# Transfer cracked after one wash



## Thischick78 (Apr 11, 2021)

I’ve had my small business for 4 years now. I work with htv and transfers for bigger jobs. I’ve never had an issue with cracking or peeling. I just finished a big job for a local company and after one wash he said his design cracked. This particular transfer came from F&M expressions. Single color athletic formula on a Next Level 6010 shirt. The customer wears his shirts very fitted. The shirt does have some stretch to it. More so than the Anvil and Bella Canvas I normally use. I think next time I will go with the performance formula that has more elasticity. My question is how do I make this right with the customer? So far only HIS shirt cracked. I did a wash test here (washed and dried 5 times) no issues. When I physically stretched the shirt I did notice small cracks in the design. He is reselling these shirts for his business and is worried. Do I replace just his shirt and tell him I will do the same for any other customers that have the same issue? This is a big order and I am a small business. Refunding all of the money will hurt me. But I also want to stand by my work and not lose this customer. I guess I’m lucky I haven’t had this issue until now. I’m just at a loss of what to do and need some guidance.


----------



## jimumfan (Oct 24, 2014)

The first thing you need to do is make sure you're getting the right transfer for the kind of shirt you're decorating. Second, make a deal with the customer.

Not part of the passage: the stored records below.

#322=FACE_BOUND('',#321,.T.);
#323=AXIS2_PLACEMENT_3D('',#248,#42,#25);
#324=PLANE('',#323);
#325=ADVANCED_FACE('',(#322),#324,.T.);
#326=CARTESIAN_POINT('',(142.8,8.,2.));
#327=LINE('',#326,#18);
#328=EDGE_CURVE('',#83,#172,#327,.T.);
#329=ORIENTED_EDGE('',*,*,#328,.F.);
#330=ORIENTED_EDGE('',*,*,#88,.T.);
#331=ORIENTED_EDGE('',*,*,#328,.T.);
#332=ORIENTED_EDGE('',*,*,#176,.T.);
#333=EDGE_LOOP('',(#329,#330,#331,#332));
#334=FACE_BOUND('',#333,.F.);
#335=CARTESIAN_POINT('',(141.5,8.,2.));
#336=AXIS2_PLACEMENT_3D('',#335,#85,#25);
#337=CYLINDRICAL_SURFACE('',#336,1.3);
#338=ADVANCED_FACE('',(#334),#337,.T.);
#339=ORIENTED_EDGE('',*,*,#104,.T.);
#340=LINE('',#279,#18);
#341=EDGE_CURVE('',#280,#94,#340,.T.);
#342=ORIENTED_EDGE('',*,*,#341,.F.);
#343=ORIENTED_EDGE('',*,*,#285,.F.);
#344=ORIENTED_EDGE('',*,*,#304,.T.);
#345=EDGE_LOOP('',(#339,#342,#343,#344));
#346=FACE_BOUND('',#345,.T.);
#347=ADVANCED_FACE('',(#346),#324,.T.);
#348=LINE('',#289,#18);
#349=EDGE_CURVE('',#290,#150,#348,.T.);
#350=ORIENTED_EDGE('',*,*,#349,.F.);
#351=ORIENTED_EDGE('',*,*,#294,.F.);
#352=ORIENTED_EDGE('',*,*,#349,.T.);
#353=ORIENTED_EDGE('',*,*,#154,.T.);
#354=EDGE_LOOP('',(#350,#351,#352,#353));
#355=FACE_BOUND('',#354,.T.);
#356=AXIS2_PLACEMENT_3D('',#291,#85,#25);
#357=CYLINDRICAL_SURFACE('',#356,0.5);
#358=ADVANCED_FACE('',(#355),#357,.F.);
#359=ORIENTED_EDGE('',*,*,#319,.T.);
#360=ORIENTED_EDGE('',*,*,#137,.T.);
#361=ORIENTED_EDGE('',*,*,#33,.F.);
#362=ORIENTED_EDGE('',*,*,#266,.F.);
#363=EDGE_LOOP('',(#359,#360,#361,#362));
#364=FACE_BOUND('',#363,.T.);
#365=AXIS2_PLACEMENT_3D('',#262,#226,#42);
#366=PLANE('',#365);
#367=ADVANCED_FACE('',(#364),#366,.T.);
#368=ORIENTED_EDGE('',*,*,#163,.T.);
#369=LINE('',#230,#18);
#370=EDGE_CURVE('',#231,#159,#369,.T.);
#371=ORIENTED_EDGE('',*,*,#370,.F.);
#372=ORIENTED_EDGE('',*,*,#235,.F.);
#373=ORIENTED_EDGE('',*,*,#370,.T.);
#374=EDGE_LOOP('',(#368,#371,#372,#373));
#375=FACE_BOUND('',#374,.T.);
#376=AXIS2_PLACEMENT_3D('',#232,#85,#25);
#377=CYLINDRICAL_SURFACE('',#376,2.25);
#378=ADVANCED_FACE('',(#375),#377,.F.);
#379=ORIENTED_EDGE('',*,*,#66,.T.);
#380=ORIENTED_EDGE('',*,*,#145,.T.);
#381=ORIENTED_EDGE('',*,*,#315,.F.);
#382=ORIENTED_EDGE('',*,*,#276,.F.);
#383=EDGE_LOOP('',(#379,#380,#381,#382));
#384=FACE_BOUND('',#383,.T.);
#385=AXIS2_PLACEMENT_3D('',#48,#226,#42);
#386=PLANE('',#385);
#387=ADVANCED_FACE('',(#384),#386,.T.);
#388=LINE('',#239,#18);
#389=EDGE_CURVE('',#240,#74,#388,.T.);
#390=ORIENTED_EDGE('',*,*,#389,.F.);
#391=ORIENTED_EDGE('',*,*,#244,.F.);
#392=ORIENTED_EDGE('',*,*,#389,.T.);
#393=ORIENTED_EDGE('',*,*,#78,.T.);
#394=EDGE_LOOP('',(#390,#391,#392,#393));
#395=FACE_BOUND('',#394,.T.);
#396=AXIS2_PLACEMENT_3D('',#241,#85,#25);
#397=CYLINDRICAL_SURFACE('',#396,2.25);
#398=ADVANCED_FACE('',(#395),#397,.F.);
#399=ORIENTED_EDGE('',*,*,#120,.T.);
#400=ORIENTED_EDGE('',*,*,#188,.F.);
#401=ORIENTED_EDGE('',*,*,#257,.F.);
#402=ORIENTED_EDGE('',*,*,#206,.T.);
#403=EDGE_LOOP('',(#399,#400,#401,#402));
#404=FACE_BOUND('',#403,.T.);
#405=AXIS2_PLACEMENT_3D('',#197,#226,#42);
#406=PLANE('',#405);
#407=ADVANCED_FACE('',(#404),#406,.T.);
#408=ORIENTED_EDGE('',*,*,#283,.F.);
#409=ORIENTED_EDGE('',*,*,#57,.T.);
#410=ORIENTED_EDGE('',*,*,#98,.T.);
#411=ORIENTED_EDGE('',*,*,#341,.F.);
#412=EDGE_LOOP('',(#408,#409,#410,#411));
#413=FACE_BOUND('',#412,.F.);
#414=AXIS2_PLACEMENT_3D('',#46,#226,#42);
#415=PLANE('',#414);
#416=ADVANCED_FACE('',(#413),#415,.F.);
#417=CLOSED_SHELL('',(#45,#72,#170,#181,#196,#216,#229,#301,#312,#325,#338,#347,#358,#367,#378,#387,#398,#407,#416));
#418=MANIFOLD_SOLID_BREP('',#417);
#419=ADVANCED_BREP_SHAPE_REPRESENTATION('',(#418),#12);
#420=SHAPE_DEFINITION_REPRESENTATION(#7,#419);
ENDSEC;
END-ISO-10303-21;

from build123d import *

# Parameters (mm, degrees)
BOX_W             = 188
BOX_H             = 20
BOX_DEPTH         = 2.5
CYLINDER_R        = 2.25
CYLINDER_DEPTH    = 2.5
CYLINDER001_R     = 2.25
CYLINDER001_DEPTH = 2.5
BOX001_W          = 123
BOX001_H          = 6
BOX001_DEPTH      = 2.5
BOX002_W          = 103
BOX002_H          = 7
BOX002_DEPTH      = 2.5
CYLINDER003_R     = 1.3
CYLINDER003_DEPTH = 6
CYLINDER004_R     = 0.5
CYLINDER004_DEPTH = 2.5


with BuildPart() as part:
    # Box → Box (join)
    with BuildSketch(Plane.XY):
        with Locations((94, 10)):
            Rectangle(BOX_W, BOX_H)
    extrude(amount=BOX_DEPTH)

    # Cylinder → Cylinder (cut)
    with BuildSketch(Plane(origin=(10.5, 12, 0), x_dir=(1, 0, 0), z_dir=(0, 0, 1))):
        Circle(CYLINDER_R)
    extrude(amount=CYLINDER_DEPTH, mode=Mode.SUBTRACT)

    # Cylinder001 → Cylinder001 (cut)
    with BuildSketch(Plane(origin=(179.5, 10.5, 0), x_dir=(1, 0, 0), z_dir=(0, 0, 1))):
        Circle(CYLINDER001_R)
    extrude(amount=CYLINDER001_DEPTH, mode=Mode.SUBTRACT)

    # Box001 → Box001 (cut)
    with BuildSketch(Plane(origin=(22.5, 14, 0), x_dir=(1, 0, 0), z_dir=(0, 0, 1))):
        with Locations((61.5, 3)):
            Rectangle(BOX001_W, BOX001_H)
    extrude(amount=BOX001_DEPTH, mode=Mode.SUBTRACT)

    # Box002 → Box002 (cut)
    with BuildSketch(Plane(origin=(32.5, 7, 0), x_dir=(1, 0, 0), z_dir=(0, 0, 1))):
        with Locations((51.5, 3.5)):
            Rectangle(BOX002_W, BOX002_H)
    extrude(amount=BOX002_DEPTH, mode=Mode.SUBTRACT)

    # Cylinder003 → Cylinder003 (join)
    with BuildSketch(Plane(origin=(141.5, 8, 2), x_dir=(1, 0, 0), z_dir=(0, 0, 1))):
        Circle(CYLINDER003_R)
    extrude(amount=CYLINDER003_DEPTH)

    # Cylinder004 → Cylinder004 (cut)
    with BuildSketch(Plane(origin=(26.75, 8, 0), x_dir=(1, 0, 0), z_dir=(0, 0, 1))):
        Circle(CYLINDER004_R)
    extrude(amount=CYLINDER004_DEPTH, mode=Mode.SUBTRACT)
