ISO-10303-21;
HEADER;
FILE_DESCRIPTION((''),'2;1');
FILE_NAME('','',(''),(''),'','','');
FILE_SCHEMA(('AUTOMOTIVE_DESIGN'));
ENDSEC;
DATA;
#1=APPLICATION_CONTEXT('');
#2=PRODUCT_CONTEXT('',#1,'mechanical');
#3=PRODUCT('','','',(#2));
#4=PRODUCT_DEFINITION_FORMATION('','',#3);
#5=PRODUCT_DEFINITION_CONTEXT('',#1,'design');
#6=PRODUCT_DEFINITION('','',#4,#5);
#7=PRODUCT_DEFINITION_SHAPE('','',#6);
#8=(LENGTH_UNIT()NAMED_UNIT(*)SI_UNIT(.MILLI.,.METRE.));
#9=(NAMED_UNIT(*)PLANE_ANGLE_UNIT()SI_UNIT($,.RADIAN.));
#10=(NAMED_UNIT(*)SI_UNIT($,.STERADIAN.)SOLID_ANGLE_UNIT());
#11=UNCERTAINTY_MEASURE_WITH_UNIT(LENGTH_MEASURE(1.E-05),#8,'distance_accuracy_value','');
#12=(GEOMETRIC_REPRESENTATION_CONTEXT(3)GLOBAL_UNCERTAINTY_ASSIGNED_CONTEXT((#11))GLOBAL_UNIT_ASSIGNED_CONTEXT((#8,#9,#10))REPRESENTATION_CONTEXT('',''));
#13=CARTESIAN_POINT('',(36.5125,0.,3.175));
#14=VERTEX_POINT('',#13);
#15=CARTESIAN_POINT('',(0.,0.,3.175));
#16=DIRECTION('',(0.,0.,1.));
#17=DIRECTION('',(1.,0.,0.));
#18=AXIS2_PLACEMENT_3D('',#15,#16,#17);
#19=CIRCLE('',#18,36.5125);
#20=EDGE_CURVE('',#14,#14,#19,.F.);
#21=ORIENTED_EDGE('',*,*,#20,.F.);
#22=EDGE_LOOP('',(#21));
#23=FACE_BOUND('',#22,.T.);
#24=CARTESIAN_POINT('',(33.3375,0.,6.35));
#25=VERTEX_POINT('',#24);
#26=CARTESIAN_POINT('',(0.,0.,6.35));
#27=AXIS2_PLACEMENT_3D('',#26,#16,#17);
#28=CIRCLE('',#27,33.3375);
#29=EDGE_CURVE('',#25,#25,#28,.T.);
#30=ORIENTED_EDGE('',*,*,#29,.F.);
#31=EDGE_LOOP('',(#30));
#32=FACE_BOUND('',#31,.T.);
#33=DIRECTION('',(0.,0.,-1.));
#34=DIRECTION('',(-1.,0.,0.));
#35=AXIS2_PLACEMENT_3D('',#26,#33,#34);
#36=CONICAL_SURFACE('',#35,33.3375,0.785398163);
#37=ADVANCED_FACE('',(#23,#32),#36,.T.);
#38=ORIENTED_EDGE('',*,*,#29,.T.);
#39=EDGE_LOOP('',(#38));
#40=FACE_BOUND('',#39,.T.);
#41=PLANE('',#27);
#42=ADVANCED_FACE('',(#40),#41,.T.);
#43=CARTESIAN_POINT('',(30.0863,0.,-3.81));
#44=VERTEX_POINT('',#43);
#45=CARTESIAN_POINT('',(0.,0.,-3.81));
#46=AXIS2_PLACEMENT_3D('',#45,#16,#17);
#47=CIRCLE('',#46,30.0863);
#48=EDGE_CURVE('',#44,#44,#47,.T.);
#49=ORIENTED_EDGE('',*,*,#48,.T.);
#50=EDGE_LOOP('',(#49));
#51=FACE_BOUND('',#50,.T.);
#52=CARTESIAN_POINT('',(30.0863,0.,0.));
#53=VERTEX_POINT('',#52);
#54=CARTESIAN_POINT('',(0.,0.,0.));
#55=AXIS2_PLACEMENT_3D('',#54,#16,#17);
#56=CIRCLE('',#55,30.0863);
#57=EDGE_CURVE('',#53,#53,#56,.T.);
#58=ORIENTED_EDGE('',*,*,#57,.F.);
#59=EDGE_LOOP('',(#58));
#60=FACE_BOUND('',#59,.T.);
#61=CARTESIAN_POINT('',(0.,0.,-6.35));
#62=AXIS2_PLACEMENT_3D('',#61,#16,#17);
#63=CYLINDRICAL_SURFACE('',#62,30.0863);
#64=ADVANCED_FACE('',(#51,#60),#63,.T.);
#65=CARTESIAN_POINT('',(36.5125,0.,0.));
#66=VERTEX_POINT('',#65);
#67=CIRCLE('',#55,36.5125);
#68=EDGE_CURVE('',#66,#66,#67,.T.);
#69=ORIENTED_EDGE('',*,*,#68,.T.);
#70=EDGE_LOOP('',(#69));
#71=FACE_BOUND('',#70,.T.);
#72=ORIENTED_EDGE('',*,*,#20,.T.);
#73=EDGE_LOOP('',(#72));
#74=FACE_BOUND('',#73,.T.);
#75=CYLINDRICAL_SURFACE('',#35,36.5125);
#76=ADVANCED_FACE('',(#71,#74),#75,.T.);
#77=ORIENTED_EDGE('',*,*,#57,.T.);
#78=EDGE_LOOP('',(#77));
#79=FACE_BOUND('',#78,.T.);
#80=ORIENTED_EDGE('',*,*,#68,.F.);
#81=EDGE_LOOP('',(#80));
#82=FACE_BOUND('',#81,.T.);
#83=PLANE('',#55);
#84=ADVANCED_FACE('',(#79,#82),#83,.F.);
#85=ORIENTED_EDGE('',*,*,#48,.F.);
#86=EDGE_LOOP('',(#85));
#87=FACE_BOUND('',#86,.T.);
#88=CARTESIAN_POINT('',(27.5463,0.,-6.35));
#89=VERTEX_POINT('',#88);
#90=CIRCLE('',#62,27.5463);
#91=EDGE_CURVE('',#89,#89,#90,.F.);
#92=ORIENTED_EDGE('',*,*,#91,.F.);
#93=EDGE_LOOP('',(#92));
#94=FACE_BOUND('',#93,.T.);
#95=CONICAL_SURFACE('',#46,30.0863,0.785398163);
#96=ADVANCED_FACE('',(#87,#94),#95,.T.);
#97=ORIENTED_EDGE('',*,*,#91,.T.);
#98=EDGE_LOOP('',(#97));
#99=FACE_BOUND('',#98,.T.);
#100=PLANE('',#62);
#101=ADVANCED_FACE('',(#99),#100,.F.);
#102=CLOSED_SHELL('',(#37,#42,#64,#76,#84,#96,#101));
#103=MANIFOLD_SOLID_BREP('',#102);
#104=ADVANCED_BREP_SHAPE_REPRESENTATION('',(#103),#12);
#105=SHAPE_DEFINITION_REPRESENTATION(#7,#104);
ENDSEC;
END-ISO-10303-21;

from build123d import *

# Parameters (mm, degrees)
SKETCH1_R           = 30.0863
BOSS_EXTRUDE1_DEPTH = 6.35
SKETCH2_R           = 36.5125
BOSS_EXTRUDE2_DEPTH = 6.35
CHAMFER1_SIZE       = 3.175
CHAMFER2_SIZE       = 2.54


with BuildPart() as part:
    # Sketch1 → Boss-Extrude1 (new body)
    with BuildSketch(Plane.XY):
        Circle(SKETCH1_R)
    extrude(amount=-BOSS_EXTRUDE1_DEPTH)

    # Sketch2 → Boss-Extrude2 (add)
    with BuildSketch(Plane.XY):
        Circle(SKETCH2_R)
    extrude(amount=BOSS_EXTRUDE2_DEPTH)

    # Chamfer1
    chamfer1_edges = [part.edges().sort_by_distance(p)[0] for p in [
        (-36.5125, 0, 6.35),
    ]]
    chamfer(chamfer1_edges, length=CHAMFER1_SIZE)

    # Chamfer2
    chamfer2_edges = [part.edges().sort_by_distance(p)[0] for p in [
        (-30.0863, 0, -6.35),
    ]]
    chamfer(chamfer2_edges, length=CHAMFER2_SIZE)


solid = part.part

YOU DON"T WANT TO REPLACE THE ORDER! Here's the question you always have to ask when you have a problem, is the issue real or is the customer trying to get a better deal. Only you can determine that. ANY shirt will crack if you yank on it hard enough. If it's plastisol, even with stretch additives, there is a breaking point. I like your solution of replacing any shirt that has a problem but if you don't want that (will he call today stress) hanging over your head, you can offer him a discount on the entire order and move on. Try not to drive yourself crazy, even the best printers run into problems. Most customers are reasonable if you just talk to them.


----------